> Data excerpts

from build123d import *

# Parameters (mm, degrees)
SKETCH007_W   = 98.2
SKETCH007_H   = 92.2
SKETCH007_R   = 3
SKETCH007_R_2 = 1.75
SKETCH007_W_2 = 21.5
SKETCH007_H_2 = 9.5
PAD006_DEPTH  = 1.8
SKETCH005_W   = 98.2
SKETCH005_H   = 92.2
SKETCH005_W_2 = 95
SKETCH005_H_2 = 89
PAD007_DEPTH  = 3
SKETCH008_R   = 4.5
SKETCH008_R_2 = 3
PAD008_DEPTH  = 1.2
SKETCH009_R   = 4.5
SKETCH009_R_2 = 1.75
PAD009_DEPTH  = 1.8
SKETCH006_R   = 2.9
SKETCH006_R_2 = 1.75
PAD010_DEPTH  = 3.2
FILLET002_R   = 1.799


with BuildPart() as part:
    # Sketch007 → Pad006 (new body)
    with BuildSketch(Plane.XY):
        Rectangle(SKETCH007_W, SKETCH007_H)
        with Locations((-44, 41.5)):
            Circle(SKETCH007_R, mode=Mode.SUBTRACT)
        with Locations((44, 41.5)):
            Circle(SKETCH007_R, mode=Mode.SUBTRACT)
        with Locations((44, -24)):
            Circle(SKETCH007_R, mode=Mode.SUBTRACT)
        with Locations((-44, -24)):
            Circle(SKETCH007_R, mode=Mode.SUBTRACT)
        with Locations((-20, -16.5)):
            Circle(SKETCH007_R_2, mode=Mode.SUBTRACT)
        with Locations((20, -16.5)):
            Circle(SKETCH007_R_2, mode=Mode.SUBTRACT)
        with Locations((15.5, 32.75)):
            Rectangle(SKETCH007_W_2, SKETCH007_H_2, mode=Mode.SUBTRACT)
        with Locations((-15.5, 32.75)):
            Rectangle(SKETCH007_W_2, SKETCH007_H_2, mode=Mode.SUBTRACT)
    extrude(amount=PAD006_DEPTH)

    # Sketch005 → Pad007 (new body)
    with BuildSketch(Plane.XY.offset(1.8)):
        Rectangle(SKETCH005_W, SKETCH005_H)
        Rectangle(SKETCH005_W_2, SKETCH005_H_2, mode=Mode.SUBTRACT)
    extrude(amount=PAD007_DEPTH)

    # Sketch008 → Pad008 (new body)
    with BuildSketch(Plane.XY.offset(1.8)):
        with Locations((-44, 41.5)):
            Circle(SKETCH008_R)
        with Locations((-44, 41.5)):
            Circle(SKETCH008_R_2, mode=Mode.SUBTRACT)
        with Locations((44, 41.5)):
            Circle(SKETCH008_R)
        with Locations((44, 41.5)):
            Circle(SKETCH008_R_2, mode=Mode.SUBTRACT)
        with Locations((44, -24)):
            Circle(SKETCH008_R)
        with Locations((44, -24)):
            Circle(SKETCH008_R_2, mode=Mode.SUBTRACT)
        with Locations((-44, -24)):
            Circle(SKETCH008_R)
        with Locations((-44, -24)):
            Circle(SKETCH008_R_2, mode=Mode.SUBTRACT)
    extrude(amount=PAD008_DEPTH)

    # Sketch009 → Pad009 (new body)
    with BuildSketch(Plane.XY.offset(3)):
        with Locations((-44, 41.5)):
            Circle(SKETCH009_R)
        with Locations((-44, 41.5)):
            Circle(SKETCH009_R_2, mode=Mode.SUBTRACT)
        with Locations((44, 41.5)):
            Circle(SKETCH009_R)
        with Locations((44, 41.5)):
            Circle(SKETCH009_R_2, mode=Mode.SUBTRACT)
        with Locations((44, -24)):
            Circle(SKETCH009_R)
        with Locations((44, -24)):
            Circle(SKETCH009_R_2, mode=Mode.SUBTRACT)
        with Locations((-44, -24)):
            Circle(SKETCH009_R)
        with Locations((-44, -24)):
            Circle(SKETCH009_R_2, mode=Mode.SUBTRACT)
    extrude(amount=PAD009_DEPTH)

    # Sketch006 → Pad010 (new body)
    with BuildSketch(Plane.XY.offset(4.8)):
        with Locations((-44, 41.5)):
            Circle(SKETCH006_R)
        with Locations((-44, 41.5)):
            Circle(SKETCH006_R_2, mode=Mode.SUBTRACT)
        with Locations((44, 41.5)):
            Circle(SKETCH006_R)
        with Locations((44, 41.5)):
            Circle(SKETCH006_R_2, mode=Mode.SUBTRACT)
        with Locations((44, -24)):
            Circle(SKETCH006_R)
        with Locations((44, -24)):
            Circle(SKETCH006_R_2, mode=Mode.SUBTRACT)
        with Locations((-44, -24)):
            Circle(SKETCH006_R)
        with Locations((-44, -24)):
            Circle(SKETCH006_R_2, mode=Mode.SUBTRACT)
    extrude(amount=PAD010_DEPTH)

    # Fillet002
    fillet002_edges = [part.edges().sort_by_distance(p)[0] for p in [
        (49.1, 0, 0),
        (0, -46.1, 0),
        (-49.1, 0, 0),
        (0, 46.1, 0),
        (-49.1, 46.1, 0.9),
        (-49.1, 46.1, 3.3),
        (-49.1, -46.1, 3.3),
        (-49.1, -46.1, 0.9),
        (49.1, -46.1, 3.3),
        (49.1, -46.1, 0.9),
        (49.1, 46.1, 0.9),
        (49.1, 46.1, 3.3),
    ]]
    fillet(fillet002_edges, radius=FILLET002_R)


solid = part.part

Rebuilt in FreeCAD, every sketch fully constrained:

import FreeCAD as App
import Part
import Sketcher

V = App.Vector
Q = App.Units.Quantity


def edges_at(feature, points):
    """Names of the edges that pass closest to the given points."""
    edges = feature.Shape.Edges
    near = lambda p: min(range(len(edges)), key=lambda i: edges[i].distToShape(Part.Vertex(*p))[0])
    return sorted({f"Edge{near(p) + 1}" for p in points})


def add_polygon(sketch, points):
    """Adds a closed chain of lines whose ends are joined by coincident constraints."""
    first, n = sketch.GeometryCount, len(points)
    for a, b in zip(points, points[1:] + points[:1]):
        sketch.addGeometry(Part.LineSegment(App.Vector(*a, 0), App.Vector(*b, 0)), False)
    for i in range(n):
        sketch.addConstraint(Sketcher.Constraint("Coincident", first + i, 2, first + (i + 1) % n, 1))

doc = App.newDocument("Part")
body = doc.addObject("PartDesign::Body", "Body")

# Sketch on XY plane
sketch1 = body.newObject("Sketcher::SketchObject", "Sketch")
sketch1.AttachmentSupport = (doc.getObject("XY_Plane"), [""])
sketch1.MapMode = "FlatFace"
add_polygon(sketch1, [(-49.1, 46.1), (-49.1, -46.1), (49.1, -46.1), (49.1, 46.1)])  # lines 0-3
sketch1.addGeometry(Part.Circle(V(-44, -24, 0), V(0, 0, 1), 3), False)  # 4
sketch1.addGeometry(Part.Circle(V(-20, -16.5, 0), V(0, 0, 1), 1.8), False)  # 5
sketch1.addGeometry(Part.Circle(V(20, -16.5, 0), V(0, 0, 1), 1.8), False)  # 6
sketch1.addGeometry(Part.Circle(V(44, -24, 0), V(0, 0, 1), 3), False)  # 7
sketch1.addGeometry(Part.Circle(V(-44, 41.5, 0), V(0, 0, 1), 3), False)  # 8
add_polygon(sketch1, [(-4.8, 28), (-26.2, 28), (-26.2, 37.5), (-4.8, 37.5)])  # lines 9-12
add_polygon(sketch1, [(26.2, 28), (4.8, 28), (4.8, 37.5), (26.2, 37.5)])  # lines 13-16
sketch1.addGeometry(Part.Circle(V(44, 41.5, 0), V(0, 0, 1), 3), False)  # 17
sketch1.addConstraint(Sketcher.Constraint("Vertical", 0))
sketch1.addConstraint(Sketcher.Constraint("Horizontal", 1))
sketch1.addConstraint(Sketcher.Constraint("Vertical", 2))
sketch1.addConstraint(Sketcher.Constraint("Horizontal", 3))
sketch1.addConstraint(Sketcher.Constraint("Horizontal", 9))
sketch1.addConstraint(Sketcher.Constraint("Vertical", 10))
sketch1.addConstraint(Sketcher.Constraint("Horizontal", 11))
sketch1.addConstraint(Sketcher.Constraint("Vertical", 12))
sketch1.addConstraint(Sketcher.Constraint("Horizontal", 13))
sketch1.addConstraint(Sketcher.Constraint("Vertical", 14))
sketch1.addConstraint(Sketcher.Constraint("Horizontal", 15))
sketch1.addConstraint(Sketcher.Constraint("Vertical", 16))
sketch1.addConstraint(Sketcher.Constraint("Equal", 5, 6))
sketch1.addConstraint(Sketcher.Constraint("Equal", 4, 7))
sketch1.addConstraint(Sketcher.Constraint("Equal", 7, 8))
sketch1.addConstraint(Sketcher.Constraint("Equal", 8, 17))
sketch1.addConstraint(Sketcher.Constraint("Symmetric", 0, 2, 2, 2, -1, 1))
sketch1.addConstraint(Sketcher.Constraint("Symmetric", 5, 3, 6, 3, -2))
sketch1.addConstraint(Sketcher.Constraint("Symmetric", 4, 3, 7, 3, -2))
sketch1.addConstraint(Sketcher.Constraint("Symmetric", 8, 3, 17, 3, -2))
sketch1.addConstraint(Sketcher.Constraint("Symmetric", 12, 2, 13, 2, -2))
sketch1.addConstraint(Sketcher.Constraint("Symmetric", 10, 2, 15, 2, -2))
sketch1.addConstraint(Sketcher.Constraint("Vertical", 4, 3, 8, 3))
sketch1.addConstraint(Sketcher.Constraint("Diameter", 4, Q("6 mm")))
sketch1.addConstraint(Sketcher.Constraint("Diameter", 5, Q("3.5 mm")))
sketch1.addConstraint(Sketcher.Constraint("DistanceX", 1, 1, 1, 2, Q("98.2 mm")))
sketch1.addConstraint(Sketcher.Constraint("DistanceX", 9, 2, 9, 1, Q("21.5 mm")))
sketch1.addConstraint(Sketcher.Constraint("DistanceY", 0, 2, 0, 1, Q("92.2 mm")))
sketch1.addConstraint(Sketcher.Constraint("DistanceY", 10, 1, 10, 2, Q("9.5 mm")))
sketch1.addConstraint(Sketcher.Constraint("DistanceX", 4, 3, -1, 1, Q("44 mm")))
sketch1.addConstraint(Sketcher.Constraint("DistanceY", 4, 3, -1, 1, Q("24 mm")))
sketch1.addConstraint(Sketcher.Constraint("DistanceX", 5, 3, -1, 1, Q("20 mm")))
sketch1.addConstraint(Sketcher.Constraint("DistanceY", -1, 1, 9, 2, Q("28 mm")))
sketch1.addConstraint(Sketcher.Constraint("DistanceY", 5, 3, 8, 3, Q("58 mm")))
sketch1.addConstraint(Sketcher.Constraint("DistanceY", 10, 2, 8, 3, Q("4 mm")))
sketch1.addConstraint(Sketcher.Constraint("DistanceX", 9, 2, 13, 2, Q("31 mm")))
pad1 = body.newObject("PartDesign::Pad", "Pad")
pad1.Profile = sketch1
pad1.Length = 1.8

> Brief
Look above for the line with "# Fillet002"; retype exactly that line, every line after it up to the line with "Rebuilt in FreeCAD, every", and that line too, nothing else.

> Answer for this exercise
    # Fillet002
    fillet002_edges = [part.edges().sort_by_distance(p)[0] for p in [
        (49.1, 0, 0),
        (0, -46.1, 0),
        (-49.1, 0, 0),
        (0, 46.1, 0),
        (-49.1, 46.1, 0.9),
        (-49.1, 46.1, 3.3),
        (-49.1, -46.1, 3.3),
        (-49.1, -46.1, 0.9),
        (49.1, -46.1, 3.3),
        (49.1, -46.1, 0.9),
        (49.1, 46.1, 0.9),
        (49.1, 46.1, 3.3),
    ]]
    fillet(fillet002_edges, radius=FILLET002_R)


solid = part.part

Rebuilt in FreeCAD, every sketch fully constrained:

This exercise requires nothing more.